FDA fries family's potato chip business with new cooking oil mandates

Back in 1940, Frederick Jones of Mansfield, Ohio, was facing a serious problem. He ran a small company that distributed potato chips, but his suppliers couldn’t keep up with demand.

Jones solved the problem the entrepreneurial way: he bought potatoes and oil, along with some basic equipment, and starting making his own chips to sell. He kept right on doing it, making his signature wavy cut chips for more than 40 years before turning the company over to his kids in 1986, when he retired.

Not much has changed in potato chip technology over the years.

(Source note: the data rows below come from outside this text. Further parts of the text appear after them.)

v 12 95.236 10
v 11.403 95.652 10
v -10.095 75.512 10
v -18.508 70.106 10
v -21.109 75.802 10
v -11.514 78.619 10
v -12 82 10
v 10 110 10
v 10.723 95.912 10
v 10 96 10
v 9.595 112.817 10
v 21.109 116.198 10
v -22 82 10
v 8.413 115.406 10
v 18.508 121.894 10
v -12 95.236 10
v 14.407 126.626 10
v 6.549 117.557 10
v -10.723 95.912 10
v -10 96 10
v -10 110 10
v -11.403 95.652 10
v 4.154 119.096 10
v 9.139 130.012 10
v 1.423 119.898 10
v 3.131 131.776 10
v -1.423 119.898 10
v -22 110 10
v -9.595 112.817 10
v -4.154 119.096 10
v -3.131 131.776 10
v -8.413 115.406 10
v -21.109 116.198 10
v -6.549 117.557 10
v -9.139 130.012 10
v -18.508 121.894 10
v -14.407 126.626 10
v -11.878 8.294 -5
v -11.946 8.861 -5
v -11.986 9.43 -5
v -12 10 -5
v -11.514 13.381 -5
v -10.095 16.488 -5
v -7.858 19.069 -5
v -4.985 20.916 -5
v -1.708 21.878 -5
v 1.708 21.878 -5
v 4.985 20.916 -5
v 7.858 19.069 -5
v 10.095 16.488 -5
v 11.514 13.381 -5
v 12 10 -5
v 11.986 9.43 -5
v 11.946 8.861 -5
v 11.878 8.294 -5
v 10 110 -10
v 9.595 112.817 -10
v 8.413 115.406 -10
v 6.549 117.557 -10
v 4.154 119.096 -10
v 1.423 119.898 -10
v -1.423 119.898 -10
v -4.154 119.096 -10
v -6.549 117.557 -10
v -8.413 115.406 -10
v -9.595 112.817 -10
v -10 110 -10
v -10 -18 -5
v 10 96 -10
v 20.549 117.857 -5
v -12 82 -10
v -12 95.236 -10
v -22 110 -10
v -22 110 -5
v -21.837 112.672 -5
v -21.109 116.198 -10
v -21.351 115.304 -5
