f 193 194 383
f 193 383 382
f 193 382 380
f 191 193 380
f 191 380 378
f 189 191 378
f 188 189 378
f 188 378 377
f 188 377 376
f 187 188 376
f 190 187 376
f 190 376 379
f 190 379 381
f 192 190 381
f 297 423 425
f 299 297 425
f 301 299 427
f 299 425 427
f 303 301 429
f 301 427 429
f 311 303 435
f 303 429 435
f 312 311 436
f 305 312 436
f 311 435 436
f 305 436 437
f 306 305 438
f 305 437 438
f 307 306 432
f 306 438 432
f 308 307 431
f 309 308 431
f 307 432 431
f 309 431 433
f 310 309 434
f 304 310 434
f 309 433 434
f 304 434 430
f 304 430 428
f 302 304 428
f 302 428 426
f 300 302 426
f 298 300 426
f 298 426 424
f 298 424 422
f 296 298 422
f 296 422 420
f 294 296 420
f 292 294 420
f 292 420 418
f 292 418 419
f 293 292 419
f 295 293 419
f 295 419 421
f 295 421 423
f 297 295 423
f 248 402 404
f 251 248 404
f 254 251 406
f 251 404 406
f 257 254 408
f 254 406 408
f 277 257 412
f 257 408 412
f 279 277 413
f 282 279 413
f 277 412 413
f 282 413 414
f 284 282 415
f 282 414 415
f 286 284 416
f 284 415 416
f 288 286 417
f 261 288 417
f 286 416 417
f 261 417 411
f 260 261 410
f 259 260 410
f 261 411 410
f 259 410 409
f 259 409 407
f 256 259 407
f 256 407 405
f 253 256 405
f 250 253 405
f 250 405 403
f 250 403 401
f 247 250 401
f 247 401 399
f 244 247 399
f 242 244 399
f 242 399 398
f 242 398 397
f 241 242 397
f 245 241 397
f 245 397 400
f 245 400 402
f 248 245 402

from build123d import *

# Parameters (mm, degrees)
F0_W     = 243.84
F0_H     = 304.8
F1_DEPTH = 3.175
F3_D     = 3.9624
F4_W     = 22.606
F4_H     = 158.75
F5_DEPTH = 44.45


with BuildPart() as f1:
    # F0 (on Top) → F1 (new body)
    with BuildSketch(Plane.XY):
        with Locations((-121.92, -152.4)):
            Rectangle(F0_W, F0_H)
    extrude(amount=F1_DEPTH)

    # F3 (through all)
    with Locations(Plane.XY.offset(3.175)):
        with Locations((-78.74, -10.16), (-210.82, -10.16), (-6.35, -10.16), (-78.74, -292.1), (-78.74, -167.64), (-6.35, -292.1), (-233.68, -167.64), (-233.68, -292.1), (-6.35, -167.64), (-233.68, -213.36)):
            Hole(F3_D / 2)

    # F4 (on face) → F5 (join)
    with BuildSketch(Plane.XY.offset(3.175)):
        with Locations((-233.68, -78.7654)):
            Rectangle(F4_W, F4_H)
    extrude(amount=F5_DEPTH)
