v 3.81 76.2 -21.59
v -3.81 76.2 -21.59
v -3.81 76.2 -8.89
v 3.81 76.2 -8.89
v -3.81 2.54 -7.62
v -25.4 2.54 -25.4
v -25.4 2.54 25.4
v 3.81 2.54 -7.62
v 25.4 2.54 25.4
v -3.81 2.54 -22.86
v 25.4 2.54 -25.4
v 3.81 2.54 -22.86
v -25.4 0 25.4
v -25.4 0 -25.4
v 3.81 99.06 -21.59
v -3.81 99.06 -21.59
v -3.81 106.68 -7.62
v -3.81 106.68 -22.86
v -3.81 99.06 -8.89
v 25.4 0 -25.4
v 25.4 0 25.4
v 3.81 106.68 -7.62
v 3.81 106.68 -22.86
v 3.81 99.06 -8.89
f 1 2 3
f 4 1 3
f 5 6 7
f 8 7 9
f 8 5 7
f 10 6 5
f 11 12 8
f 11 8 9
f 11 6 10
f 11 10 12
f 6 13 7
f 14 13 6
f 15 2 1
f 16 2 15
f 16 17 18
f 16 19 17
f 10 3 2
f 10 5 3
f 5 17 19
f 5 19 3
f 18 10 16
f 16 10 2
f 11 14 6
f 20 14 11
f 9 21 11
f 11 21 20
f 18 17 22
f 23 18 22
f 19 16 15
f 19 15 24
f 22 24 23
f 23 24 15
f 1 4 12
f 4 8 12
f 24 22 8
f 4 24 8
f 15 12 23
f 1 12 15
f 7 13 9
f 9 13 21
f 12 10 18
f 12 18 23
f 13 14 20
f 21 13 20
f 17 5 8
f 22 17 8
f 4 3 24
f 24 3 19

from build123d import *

# Parameters (mm, degrees)
SKETCH1_W           = 50.8
SKETCH1_H           = 50.8
BOSS_EXTRUDE1_DEPTH = 2.54
SKETCH2_W           = 7.62
SKETCH2_H           = 15.24
BOSS_EXTRUDE2_DEPTH = 104.14
SKETCH3_W           = 12.7
SKETCH3_H           = 22.86
CUT_EXTRUDE1_DEPTH  = 114.485710554


with BuildPart() as part:
    # Sketch1 → Boss-Extrude1 (new body)
    with BuildSketch(Plane(origin=(0, 0, 0), x_dir=(1, 0, 0), z_dir=(0, 1, 0))):
        Rectangle(SKETCH1_W, SKETCH1_H)
    extrude(amount=BOSS_EXTRUDE1_DEPTH)

    # Sketch2 → Boss-Extrude2 (add)
    with BuildSketch(Plane(origin=(0, 2.54, 0), x_dir=(1, 0, 0), z_dir=(0, 1, 0))):
        with Locations((0, 15.24)):
            Rectangle(SKETCH2_W, SKETCH2_H)
    extrude(amount=BOSS_EXTRUDE2_DEPTH)

    # Sketch3 → Cut-Extrude1 (cut, through all)
    with BuildSketch(Plane.ZY.offset(3.81)):
        with Locations((-15.24, 87.63)):
            Rectangle(SKETCH3_W, SKETCH3_H)
    extrude(amount=-CUT_EXTRUDE1_DEPTH, mode=Mode.SUBTRACT)


solid = part.part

It’s still as simple as peeling, slicing, frying, salting and packaging.

At least, it was, until the federal government got involved.

By the end of this year, Jones’ will stop making their wavy chips because new rules from the U.S. Food and Drug Administration has made it impossible to get the type of cooking oil that gives the chips their distinctive flavor. That oil, partially hydrogenated cooking oil, is no longer considered safe for consumption, according to rules the FDA published last June.

“It is disappointing that we will have to change a product that we have been making for seventy years; however, we are optimistic that many of our local customers will enjoy our new products and continue to support us,” Bob Jones, president of the company, said in a statement announcing the changes to their products.